You are the audit manager in charge of the audit of Vuka Mpaka Ltd., a limited liability company.
On 1 July 2000, Vuka Mpaka obtained the exclusive rights to operate car and passenger ferries across Ziwa Channel, for a
period of twenty years. The company refurbished two ferries to service the route. The ferries do not meet the standards of the
Environmental Regulation Authority. Each ferry makes an average of ten return crossings every day and has the capacity to
carry 2,000 passengers and 400 vehicles per trip.
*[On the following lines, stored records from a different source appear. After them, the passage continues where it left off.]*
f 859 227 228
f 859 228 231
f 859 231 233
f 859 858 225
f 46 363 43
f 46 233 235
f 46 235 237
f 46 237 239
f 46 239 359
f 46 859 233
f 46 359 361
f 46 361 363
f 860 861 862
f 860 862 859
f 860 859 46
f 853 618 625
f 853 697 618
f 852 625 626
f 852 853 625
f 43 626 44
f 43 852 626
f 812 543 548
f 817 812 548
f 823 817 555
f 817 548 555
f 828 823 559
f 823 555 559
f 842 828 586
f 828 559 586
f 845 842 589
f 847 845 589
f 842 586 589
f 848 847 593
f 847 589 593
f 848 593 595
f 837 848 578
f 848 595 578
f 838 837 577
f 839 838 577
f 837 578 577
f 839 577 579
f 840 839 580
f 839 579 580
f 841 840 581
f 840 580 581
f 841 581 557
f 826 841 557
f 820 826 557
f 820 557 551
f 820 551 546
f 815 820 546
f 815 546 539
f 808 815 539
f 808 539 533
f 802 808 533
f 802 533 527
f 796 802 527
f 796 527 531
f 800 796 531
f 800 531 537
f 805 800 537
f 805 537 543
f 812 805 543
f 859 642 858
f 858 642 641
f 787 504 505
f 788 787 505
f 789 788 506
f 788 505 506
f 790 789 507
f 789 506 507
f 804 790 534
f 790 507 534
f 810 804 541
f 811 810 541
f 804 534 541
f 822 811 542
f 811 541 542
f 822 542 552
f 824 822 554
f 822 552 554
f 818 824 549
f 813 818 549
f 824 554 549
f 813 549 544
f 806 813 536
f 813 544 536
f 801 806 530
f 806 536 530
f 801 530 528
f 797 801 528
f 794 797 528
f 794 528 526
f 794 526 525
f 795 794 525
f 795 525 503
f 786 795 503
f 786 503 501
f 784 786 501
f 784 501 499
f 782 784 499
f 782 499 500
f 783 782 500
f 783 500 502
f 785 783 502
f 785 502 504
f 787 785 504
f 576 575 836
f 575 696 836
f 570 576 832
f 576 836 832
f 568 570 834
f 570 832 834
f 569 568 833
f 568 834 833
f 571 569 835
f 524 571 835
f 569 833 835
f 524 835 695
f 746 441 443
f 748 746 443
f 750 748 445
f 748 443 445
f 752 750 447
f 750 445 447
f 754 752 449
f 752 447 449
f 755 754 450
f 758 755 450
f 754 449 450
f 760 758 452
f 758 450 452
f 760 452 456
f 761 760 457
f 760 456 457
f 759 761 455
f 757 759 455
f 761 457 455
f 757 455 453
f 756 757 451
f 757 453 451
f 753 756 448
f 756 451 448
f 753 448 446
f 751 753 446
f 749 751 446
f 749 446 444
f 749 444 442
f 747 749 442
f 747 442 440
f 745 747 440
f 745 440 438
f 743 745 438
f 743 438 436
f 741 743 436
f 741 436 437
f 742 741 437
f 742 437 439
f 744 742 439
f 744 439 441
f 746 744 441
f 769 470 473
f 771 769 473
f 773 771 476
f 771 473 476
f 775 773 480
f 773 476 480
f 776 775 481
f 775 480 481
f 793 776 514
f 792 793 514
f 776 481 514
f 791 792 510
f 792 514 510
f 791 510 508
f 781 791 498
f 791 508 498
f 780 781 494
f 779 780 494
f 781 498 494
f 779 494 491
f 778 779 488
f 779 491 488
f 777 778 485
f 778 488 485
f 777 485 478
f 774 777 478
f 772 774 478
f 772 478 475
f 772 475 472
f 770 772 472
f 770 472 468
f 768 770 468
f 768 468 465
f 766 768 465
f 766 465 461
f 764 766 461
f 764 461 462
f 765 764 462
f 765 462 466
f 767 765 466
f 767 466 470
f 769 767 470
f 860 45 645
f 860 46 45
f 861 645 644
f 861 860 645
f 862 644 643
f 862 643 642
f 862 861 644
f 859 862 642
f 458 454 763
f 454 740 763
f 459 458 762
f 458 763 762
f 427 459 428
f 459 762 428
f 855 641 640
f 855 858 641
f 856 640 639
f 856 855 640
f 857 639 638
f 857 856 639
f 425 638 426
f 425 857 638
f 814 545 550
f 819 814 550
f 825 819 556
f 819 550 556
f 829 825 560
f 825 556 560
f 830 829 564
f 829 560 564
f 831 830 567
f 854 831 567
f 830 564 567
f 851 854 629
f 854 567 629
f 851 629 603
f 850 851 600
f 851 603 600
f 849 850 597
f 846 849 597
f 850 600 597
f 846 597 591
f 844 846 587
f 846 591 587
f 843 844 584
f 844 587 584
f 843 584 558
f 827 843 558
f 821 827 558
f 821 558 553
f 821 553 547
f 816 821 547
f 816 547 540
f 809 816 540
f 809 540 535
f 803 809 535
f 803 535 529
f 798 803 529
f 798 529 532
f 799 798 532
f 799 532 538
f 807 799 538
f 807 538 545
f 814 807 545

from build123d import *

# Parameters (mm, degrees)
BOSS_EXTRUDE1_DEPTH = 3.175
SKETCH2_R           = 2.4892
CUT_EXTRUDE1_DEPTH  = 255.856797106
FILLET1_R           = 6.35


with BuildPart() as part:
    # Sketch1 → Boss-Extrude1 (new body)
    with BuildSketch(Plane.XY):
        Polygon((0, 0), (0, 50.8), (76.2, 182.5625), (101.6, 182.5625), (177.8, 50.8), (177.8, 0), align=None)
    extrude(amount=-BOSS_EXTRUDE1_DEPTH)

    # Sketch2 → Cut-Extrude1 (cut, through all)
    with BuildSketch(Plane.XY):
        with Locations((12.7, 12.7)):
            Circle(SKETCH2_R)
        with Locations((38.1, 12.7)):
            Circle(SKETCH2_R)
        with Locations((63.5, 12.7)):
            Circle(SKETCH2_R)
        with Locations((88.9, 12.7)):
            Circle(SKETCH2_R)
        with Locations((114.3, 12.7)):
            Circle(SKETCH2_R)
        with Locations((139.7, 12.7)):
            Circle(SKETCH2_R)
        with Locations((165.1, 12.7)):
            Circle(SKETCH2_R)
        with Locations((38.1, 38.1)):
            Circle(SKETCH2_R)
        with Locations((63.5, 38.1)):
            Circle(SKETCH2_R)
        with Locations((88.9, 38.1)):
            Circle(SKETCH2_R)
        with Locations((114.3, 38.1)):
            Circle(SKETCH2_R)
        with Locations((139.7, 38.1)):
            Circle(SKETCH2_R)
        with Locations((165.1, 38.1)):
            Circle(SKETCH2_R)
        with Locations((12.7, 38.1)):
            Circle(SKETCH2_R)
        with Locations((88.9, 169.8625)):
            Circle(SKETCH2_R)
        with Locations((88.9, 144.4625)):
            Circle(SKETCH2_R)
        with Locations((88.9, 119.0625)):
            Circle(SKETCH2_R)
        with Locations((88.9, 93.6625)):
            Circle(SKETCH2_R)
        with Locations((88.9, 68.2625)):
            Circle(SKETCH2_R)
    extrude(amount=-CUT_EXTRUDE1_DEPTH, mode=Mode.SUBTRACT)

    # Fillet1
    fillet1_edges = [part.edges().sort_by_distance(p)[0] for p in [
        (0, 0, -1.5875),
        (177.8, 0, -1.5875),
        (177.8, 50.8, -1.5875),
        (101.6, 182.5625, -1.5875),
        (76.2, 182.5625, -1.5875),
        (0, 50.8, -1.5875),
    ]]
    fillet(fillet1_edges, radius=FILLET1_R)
Vuka Mpaka Ltd. currently receives a subsidy from the local transport authority as an incentive to increase market awareness
of the ferry service. The subsidy increases as the number of vehicles carried increases and is based on quarterly returns
submitted to the authority.
The company employs fifty full-time crew members who are trained in daily operations, customer service as well as passenger
safety in the event of personal accident or breakdown. The management of Vuka Mpaka Ltd. is planning to apply for a safety
management certificate at the end of the year. This will require an audit of the ferries including a review of safety documents
and evidence that activities are performed in accordance with documented procedures. A safety management certificate, valid
for five years, will be issued if no major non-conformities have been found.
Your firm has been asked to provide Vuka Mpaka Ltd. with a business risk assessment as a management assurance service.
Required:
(a) Discuss five business risks that Vuka Mpaka Ltd. might face.
(b) Describe the processes by which the risks identified in (a) above could be managed by Vuka Mpaka Ltd.